A NOTE FROM YOUR HOST BOBBIE LEWIS: This week’s blog is by guest author Louis Finkelman (aka Eliezer) Finkelman, rabbi, scholar, teacher and freelance writer as well as a gardener, cook, home brewer and vintner and assistant to the cheese-maker with whom he shares his Southfield, Michigan home. It originally appeared in My Jewish Detroit, an online magazine published by the Jewish Federation of Metropolitan Detroit.

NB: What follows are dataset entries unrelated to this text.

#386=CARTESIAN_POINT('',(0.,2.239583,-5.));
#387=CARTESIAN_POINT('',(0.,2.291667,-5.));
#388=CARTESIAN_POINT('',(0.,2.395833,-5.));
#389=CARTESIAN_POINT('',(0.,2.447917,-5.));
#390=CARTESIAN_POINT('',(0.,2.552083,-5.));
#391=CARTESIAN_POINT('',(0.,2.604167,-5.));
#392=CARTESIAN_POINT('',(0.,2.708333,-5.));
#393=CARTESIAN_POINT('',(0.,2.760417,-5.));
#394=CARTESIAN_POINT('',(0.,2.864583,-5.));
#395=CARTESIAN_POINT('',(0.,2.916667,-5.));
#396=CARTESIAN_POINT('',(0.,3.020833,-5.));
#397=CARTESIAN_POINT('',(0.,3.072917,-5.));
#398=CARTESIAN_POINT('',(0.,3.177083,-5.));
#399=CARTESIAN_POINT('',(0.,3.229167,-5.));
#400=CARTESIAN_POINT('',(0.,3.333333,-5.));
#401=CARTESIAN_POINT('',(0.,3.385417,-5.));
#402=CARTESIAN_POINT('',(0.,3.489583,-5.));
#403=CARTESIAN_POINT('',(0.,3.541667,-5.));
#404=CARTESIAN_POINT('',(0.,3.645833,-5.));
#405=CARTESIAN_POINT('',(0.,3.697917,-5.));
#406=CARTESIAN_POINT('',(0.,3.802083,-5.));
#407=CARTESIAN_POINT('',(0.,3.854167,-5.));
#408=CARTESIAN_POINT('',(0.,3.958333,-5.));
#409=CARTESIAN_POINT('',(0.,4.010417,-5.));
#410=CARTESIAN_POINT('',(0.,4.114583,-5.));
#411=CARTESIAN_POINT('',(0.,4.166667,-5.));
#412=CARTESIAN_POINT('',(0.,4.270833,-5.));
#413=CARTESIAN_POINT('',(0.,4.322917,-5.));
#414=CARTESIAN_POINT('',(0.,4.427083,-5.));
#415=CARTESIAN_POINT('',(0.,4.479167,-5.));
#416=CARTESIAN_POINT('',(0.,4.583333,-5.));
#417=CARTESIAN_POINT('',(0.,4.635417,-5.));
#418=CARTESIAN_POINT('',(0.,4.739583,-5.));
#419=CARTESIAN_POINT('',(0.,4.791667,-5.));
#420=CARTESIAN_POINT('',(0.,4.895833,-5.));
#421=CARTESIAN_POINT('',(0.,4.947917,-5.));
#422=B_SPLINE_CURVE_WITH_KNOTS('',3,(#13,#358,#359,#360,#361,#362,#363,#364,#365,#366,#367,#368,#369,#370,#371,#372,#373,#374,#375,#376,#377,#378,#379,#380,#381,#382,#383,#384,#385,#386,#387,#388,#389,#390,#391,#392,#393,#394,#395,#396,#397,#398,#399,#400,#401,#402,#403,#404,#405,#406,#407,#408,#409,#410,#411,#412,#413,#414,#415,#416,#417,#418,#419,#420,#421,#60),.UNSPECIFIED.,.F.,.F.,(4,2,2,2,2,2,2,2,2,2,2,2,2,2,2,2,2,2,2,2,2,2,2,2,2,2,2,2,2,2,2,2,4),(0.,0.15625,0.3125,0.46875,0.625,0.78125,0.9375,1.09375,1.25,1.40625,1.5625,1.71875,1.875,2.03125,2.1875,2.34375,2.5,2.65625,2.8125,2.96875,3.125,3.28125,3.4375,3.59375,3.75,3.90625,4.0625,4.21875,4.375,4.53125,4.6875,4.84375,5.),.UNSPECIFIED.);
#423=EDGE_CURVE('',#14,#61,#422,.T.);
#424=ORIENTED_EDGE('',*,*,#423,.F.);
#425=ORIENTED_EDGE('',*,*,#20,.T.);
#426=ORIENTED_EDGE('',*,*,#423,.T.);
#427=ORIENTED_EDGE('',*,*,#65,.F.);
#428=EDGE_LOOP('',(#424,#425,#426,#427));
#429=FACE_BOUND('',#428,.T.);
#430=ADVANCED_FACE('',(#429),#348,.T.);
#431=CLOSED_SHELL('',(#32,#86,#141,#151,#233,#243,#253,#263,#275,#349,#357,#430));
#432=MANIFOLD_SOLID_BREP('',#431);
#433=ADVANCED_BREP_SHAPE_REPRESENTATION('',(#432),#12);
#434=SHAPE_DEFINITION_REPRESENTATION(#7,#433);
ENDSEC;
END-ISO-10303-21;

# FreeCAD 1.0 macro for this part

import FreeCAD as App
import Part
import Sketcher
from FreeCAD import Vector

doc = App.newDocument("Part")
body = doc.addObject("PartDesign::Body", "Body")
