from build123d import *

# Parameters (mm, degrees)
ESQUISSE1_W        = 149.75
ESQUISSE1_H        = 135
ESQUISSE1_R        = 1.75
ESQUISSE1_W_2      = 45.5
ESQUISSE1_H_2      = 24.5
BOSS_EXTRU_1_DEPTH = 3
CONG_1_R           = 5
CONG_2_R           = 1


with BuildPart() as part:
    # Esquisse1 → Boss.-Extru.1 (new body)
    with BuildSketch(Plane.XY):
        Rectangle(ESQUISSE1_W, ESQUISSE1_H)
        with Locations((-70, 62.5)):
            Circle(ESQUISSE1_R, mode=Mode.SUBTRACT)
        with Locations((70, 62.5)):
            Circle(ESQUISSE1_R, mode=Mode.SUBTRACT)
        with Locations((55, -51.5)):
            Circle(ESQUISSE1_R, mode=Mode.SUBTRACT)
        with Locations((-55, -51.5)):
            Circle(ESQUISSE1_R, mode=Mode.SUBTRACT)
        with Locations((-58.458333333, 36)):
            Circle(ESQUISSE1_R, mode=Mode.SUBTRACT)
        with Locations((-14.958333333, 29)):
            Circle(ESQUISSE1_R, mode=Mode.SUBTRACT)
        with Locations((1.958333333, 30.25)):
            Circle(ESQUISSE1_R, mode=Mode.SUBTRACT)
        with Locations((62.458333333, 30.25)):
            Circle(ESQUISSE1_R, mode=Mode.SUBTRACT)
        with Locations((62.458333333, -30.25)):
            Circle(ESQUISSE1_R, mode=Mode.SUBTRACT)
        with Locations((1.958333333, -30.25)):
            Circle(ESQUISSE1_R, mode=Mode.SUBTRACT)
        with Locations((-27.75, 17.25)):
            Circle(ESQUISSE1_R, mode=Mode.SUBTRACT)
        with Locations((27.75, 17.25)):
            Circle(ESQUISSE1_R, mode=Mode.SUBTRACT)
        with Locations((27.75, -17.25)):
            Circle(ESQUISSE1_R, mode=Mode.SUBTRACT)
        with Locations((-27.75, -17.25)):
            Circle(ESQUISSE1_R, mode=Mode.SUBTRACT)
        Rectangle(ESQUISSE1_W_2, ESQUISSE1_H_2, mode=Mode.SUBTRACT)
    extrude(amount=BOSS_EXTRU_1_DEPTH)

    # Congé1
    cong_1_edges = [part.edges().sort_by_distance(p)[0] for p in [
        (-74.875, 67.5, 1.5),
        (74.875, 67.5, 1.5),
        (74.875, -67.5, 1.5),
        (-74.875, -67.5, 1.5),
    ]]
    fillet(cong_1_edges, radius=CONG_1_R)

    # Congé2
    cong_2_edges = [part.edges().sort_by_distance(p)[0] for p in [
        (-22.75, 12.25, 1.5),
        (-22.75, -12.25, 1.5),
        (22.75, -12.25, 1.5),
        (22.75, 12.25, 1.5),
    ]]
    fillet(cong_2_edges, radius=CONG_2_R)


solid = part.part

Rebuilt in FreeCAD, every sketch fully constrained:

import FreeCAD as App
import Part
import Sketcher

V = App.Vector


def edges_at(feature, points):
    """Names of the edges that pass closest to the given points."""
    edges = feature.Shape.Edges
    near = lambda p: min(range(len(edges)), key=lambda i: edges[i].distToShape(Part.Vertex(*p))[0])
    return sorted({f"Edge{near(p) + 1}" for p in points})

doc = App.newDocument("Part")
body = doc.addObject("PartDesign::Body", "Body")

# Sketch on XY plane
sketch1 = body.newObject("Sketcher::SketchObject", "Sketch")
sketch1.AttachmentSupport = (doc.getObject("XY_Plane"), [""])
sketch1.MapMode = "FlatFace"
sketch1.addGeometry(Part.LineSegment(V(-74.9, 67.5, 0), V(-74.9, -67.5, 0)), False)
sketch1.addGeometry(Part.LineSegment(V(-74.9, -67.5, 0), V(74.9, -67.5, 0)), False)
sketch1.addGeometry(Part.LineSegment(V(74.9, -67.5, 0), V(74.9, 67.5, 0)), False)
sketch1.addGeometry(Part.LineSegment(V(74.9, 67.5, 0), V(-74.9, 67.5, 0)), False)
sketch1.addGeometry(Part.Circle(V(-55, -51.5, 0), V(0, 0, 1), 1.8), False)
sketch1.addGeometry(Part.Circle(V(-27.8, -17.2, 0), V(0, 0, 1), 1.8), False)
sketch1.addGeometry(Part.Circle(V(2, -30.2, 0), V(0, 0, 1), 1.8), False)
sketch1.addGeometry(Part.Circle(V(55, -51.5, 0), V(0, 0, 1), 1.8), False)
sketch1.addGeometry(Part.Circle(V(62.5, -30.2, 0), V(0, 0, 1), 1.8), False)
sketch1.addGeometry(Part.Circle(V(27.8, -17.2, 0), V(0, 0, 1), 1.8), False)
sketch1.addGeometry(Part.LineSegment(V(22.8, -12.2, 0), V(-22.8, -12.2, 0)), False)
sketch1.addGeometry(Part.LineSegment(V(-22.8, -12.2, 0), V(-22.8, 12.2, 0)), False)
sketch1.addGeometry(Part.LineSegment(V(-22.8, 12.2, 0), V(22.8, 12.2, 0)), False)
sketch1.addGeometry(Part.LineSegment(V(22.8, 12.2, 0), V(22.8, -12.2, 0)), False)
sketch1.addGeometry(Part.Circle(V(-27.8, 17.2, 0), V(0, 0, 1), 1.8), False)
sketch1.addGeometry(Part.Circle(V(-15, 29, 0), V(0, 0, 1), 1.8), False)
sketch1.addGeometry(Part.Circle(V(-58.5, 36, 0), V(0, 0, 1), 1.8), False)
sketch1.addGeometry(Part.Circle(V(-70, 62.5, 0), V(0, 0, 1), 1.8), False)
sketch1.addGeometry(Part.Circle(V(27.8, 17.2, 0), V(0, 0, 1), 1.8), False)
sketch1.addGeometry(Part.Circle(V(2, 30.2, 0), V(0, 0, 1), 1.8), False)
sketch1.addGeometry(Part.Circle(V(62.5, 30.2, 0), V(0, 0, 1), 1.8), False)
sketch1.addGeometry(Part.Circle(V(70, 62.5, 0), V(0, 0, 1), 1.8), False)
sketch1.addConstraint(Sketcher.Constraint("Coincident", 0, 2, 1, 1))
sketch1.addConstraint(Sketcher.Constraint("Coincident", 1, 2, 2, 1))
sketch1.addConstraint(Sketcher.Constraint("Coincident", 2, 2, 3, 1))
sketch1.addConstraint(Sketcher.Constraint("Coincident", 3, 2, 0, 1))
sketch1.addConstraint(Sketcher.Constraint("Coincident", 10, 2, 11, 1))
sketch1.addConstraint(Sketcher.Constraint("Coincident", 11, 2, 12, 1))
sketch1.addConstraint(Sketcher.Constraint("Coincident", 12, 2, 13, 1))
sketch1.addConstraint(Sketcher.Constraint("Coincident", 13, 2, 10, 1))
sketch1.addConstraint(Sketcher.Constraint("Vertical", 0))
sketch1.addConstraint(Sketcher.Constraint("Horizontal", 1))
sketch1.addConstraint(Sketcher.Constraint("Vertical", 2))
sketch1.addConstraint(Sketcher.Constraint("Horizontal", 3))
sketch1.addConstraint(Sketcher.Constraint("Horizontal", 10))
sketch1.addConstraint(Sketcher.Constraint("Vertical", 11))
sketch1.addConstraint(Sketcher.Constraint("Horizontal", 12))
sketch1.addConstraint(Sketcher.Constraint("Vertical", 13))
sketch1.addConstraint(Sketcher.Constraint("Equal", 4, 5))
sketch1.addConstraint(Sketcher.Constraint("Equal", 5, 6))
sketch1.addConstraint(Sketcher.Constraint("Equal", 6, 7))
sketch1.addConstraint(Sketcher.Constraint("Equal", 7, 8))
sketch1.addConstraint(Sketcher.Constraint("Equal", 8, 9))
sketch1.addConstraint(Sketcher.Constraint("Equal", 9, 14))
sketch1.addConstraint(Sketcher.Constraint("Equal", 14, 15))
sketch1.addConstraint(Sketcher.Constraint("Equal", 15, 16))
sketch1.addConstraint(Sketcher.Constraint("Equal", 16, 17))
sketch1.addConstraint(Sketcher.Constraint("Equal", 17, 18))
sketch1.addConstraint(Sketcher.Constraint("Equal", 18, 19))
sketch1.addConstraint(Sketcher.Constraint("Equal", 19, 20))
sketch1.addConstraint(Sketcher.Constraint("Equal", 20, 21))
sketch1.addConstraint(Sketcher.Constraint("Symmetric", 9, 3, 14, 3, -1, 1))
sketch1.addConstraint(Sketcher.Constraint("Symmetric", 5, 3, 18, 3, -1, 1))
sketch1.addConstraint(Sketcher.Constraint("Symmetric", 0, 2, 2, 2, -1, 1))
sketch1.addConstraint(Sketcher.Constraint("Symmetric", 10, 2, 12, 2, -1, 1))
sketch1.addConstraint(Sketcher.Constraint("Symmetric", 4, 3, 7, 3, -2))
sketch1.addConstraint(Sketcher.Constraint("Symmetric", 5, 3, 9, 3, -2))
sketch1.addConstraint(Sketcher.Constraint("Symmetric", 17, 3, 21, 3, -2))
sketch1.addConstraint(Sketcher.Constraint("Symmetric", 6, 3, 19, 3, -1))
sketch1.addConstraint(Sketcher.Constraint("Symmetric", 8, 3, 20, 3, -1))
sketch1.addConstraint(Sketcher.Constraint("Horizontal", 6, 3, 8, 3))
sketch1.addConstraint(Sketcher.Constraint("Diameter", 4, 3.5))
sketch1.addConstraint(Sketcher.Constraint("DistanceY", 0, 2, 0, 1, 135.0))
sketch1.addConstraint(Sketcher.Constraint("DistanceX", 10, 2, 10, 1, 45.5))
sketch1.addConstraint(Sketcher.Constraint("DistanceY", 11, 1, 11, 2, 24.5))
sketch1.addConstraint(Sketcher.Constraint("DistanceX", 4, 3, -1, 1, 55.0))
sketch1.addConstraint(Sketcher.Constraint("DistanceY", -1, 1, 15, 3, 29.0))
sketch1.addConstraint(Sketcher.Constraint("DistanceY", -1, 1, 16, 3, 36.0))
sketch1.addConstraint(Sketcher.Constraint("DistanceX", 17, 3, -1, 1, 70.0))
sketch1.addConstraint(Sketcher.Constraint("DistanceY", 6, 3, 5, 3, 13.0))
sketch1.addConstraint(Sketcher.Constraint("DistanceY", 4, 3, 17, 3, 114.0))
sketch1.addConstraint(Sketcher.Constraint("DistanceY", 0, 2, 4, 3, 16.0))
sketch1.addConstraint(Sketcher.Constraint("DistanceX", 5, 3, 10, 2, 5.0))
sketch1.addConstraint(Sketcher.Constraint("DistanceY", 5, 3, 10, 2, 5.0))
sketch1.addConstraint(Sketcher.Constraint("DistanceX", 1, 1, 1, 2, 149.75))
sketch1.addConstraint(Sketcher.Constraint("DistanceX", 6, 3, 8, 3, 60.5))
sketch1.addConstraint(Sketcher.Constraint("DistanceX", 16, 3, 15, 3, 43.5))
sketch1.addConstraint(Sketcher.Constraint("DistanceX", -1, 1, 6, 3, 1.958333))
sketch1.addConstraint(Sketcher.Constraint("DistanceX", 15, 3, -1, 1, 14.958333))
pad1 = body.newObject("PartDesign::Pad", "Pad")
pad1.Profile = sketch1
pad1.Length = 3
doc.recompute()

fillet = body.newObject("PartDesign::Fillet", "Fillet")
fillet.Base = (pad1, edges_at(pad1, [
    (-74.875, 67.5, 1.5),
    (74.875, 67.5, 1.5),
    (74.875, -67.5, 1.5),
    (-74.875, -67.5, 1.5),
]))
fillet.Radius = 5
doc.recompute()

fillet2 = body.newObject("PartDesign::Fillet", "Fillet001")
fillet2.Base = (fillet, edges_at(fillet, [
    (-22.75, 12.25, 1.5),
    (-22.75, -12.25, 1.5),
    (22.75, -12.25, 1.5),
    (22.75, 12.25, 1.5),
]))
fillet2.Radius = 1

doc.recompute()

I found a cookbook that describes a classical French combination, mirepoix, as a finely-diced mixture of onions, carrots and celery, simmered or sautéed. The writer explains what each ingredient adds to the mixture. According to this sophisticated expert, the celery adds texture, but does not add much in the way of flavor, since celery basically has very little flavor.

Go to the supermarket and you can find celery that proves his point. In fact, you cannot find any other kind of celery in the supermarket. The thick, heavy stalks of celery, with their creamy color, just barely green, gently whisper the secret information about their flavor, “we taste of celery.” The green leaves have a strong, bitter flavor, but who uses the leaves of celery?

Visiting my son and his family in Israel, some years ago, I made the trip to his local Shufrasol supermarket. The celery there did not look like American celery. It had little, thin stalks, all a deep dark bright green. When we got home and used the celery in recipes, it did not taste like American supermarket celery either: rather than whispering, it shouted. It yelled, “I AM CELERY! HEAR ME ROAR!” In a soup, in a stew, in a casserole, a few snips of celery sufficed to make a bold statement.

My growing affinity for celery

I started growing celery at home, in my little backyard vegetable garden. My garden celery comes up much more like its assertive Israeli relations than the kind in American supermarkets. It comes up small, but powerful. It has an attitude.

This year, during my annual trip to the farm supply store to pick up my vegetables, I got a quick lesson in why we have such different versions of celery. The manager of the store directed me to find “ordinary celery.” I commented that “it does not seem ordinary to me. It does not taste like supermarket celery.”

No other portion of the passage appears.